The opinion of the court was delivered by: Yvette Kane, Chief Judge Middle District of Pennsylvania
In this civil rights action filed pursuant to 42 U.S.C. § 1983, Plaintiff Dawn Marie Ball ("Ball") alleges that Defendants denied her access to the courts when she was prevented from participating in a phone hearing due to her confinement in the Restricted Housing Unit at the State Correctional Institution at Muncy, Pennsylvania (SCI-Muncy). (Doc. No. 1, Compl.) The remaining Defendants are Jeffrey Beard, Secretary at the Pennsylvania Department of Corrections ("DOC") and seven (7) SCI-Muncy employees.*fn1 Defendant Jill Cicero, Associate Court Administrator for the Court of Common Pleas of Northampton County Pennsylvania, was dismissed from this action on January 11, 2010. (Doc. No. 32.) Presently pending is Plaintiff's motion for order to conduct discovery in this action (Doc. No. 18), and a motion to dismiss the complaint filed by the Corrections Defendants. (Doc. No. 27.)
Ball alleges that on March 20, 2009, she was supposed to participate in a court hearing by phone with regard to a paternity testing matter she had filed in the Northampton County Court of Common Pleas, Pennsylvania. She claims that Defendant Hartman informed her that someone had called about the hearing. Hartman informed them that because Ball was confined in the RHU, she was not permitted to take the call. (Doc. No. 1, Compl. at 2.) Hartman refused to inform Plaintiff of the name of the person that called. Plaintiff contends that this obstructed her access to the courts, and that she had previously informed Hartman about the call on March 9, 2009, and March 16, 2009. Ball further contends that she had previously informed Defendants Shepler and Nicholas about the phone hearing on March 10, 2009 and March 17, 2009. Although they told Ball they would "find out about it," they never did so. (Id.) Plaintiff also claims to have informed Defendant Gridley about the hearing on March 20, 2009, and Defendant Lamas on March 23, 2009, but each refused to look into the matter. Ball is suing Defendant Beard because "he is the policy maker of the prison." (Doc. No. 1, Compl. at 3.)
Accordingly to Ball, Hartman informed her she would have to wait until she was no longer confined in the RHU to make a call to the courts. Ball believes that she will be confined in the RHU until she "maxes out" in 2014, and at that time she will be unable to pursue the paternity issue since her son turns eighteen (18) years old in two (2) years. She maintains that because she was unable to participate in the phone hearing, her paternity case was dismissed. (Id.)

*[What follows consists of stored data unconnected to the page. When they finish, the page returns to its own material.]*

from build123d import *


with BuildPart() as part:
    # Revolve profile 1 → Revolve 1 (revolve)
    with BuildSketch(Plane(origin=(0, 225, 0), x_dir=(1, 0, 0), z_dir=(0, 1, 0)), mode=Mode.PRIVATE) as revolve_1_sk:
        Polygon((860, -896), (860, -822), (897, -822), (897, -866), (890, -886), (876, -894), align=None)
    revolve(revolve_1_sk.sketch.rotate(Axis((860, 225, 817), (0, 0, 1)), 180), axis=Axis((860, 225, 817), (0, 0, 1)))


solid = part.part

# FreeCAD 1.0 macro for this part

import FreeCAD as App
import Part
import Sketcher
Q = App.Units.Quantity


def add_polygon(sketch, points):
    """Adds a closed chain of lines whose ends are joined by coincident constraints."""
    first, n = sketch.GeometryCount, len(points)
    for a, b in zip(points, points[1:] + points[:1]):
        sketch.addGeometry(Part.LineSegment(App.Vector(*a, 0), App.Vector(*b, 0)), False)
    for i in range(n):
        sketch.addConstraint(Sketcher.Constraint("Coincident", first + i, 2, first + (i + 1) % n, 1))

doc = App.newDocument("Part")
body = doc.addObject("PartDesign::Body", "Body")

# Sketch on XZ plane
sketch1 = body.newObject("Sketcher::SketchObject", "Sketch")
sketch1.AttachmentSupport = (doc.getObject("XZ_Plane"), [""])
sketch1.MapMode = "FlatFace"
sketch1.AttachmentOffset = App.Placement(App.Vector(0, 0, -225), App.Rotation())
add_polygon(sketch1, [(860, 822), (860, 896), (876, 894), (890, 886), (897, 866), (897, 822)])  # lines 0-5
sketch1.addGeometry(Part.LineSegment(App.Vector(860, 822, 0), App.Vector(860, 896, 0)), True)  # axis
sketch1.addConstraint([
    Sketcher.Constraint("Vertical", 0),
    Sketcher.Constraint("Vertical", 4),
    Sketcher.Constraint("Horizontal", 5),
    Sketcher.Constraint("Vertical", 6),
    Sketcher.Constraint("Coincident", 6, 1, 5, 2),
    Sketcher.Constraint("Equal", 0, 6),
    Sketcher.Constraint("Equal", 1, 2),
    Sketcher.Constraint("DistanceX", 5, 2, 5, 1, Q("37 mm")),
    Sketcher.Constraint("DistanceY", 0, 1, 0, 2, Q("74 mm")),
    Sketcher.Constraint("DistanceY", 4, 2, 4, 1, Q("44 mm")),
    Sketcher.Constraint("DistanceX", -1, 1, 0, 2, Q("860 mm")),
    Sketcher.Constraint("DistanceY", -1, 1, 0, 2, Q("896 mm")),
    Sketcher.Constraint("DistanceX", -1, 1, 1, 2, Q("876 mm")),
    Sketcher.Constraint("DistanceY", -1, 1, 1, 2, Q("894 mm")),
    Sketcher.Constraint("DistanceX", -1, 1, 2, 2, Q("890 mm")),
])
revolution = body.newObject("PartDesign::Revolution", "Revolution")
revolution.Profile = sketch1
revolution.ReferenceAxis = (sketch1, ["Axis0"])
revolution.Angle = 360

doc.recompute()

As relief, Ball seeks monetary damages in the amount of $5,000,000.00, in addition to the payment by Defendants of all child support from February 24, 1993, until the time her son graduates from college. She also seeks injunctive relief to the extent that Defendants be prevented from any further obstruction of her right to access the courts.
Ball alleges that the named Corrections Defendants denied her access to the courts for their role in failing to allow her to participate in a telephonic court hearing scheduled for March 20, 2009, regarding her paternity matter, due to her RHU confinement. Defendants move to dismiss the complaint on the basis that Plaintiff fails to set forth any personal involvement in the alleged violations on the part of Defendants Beard, Frantz and Deibler-Gorman, and even if she did, she fails to state a claim against any of the named Corrections Defendants.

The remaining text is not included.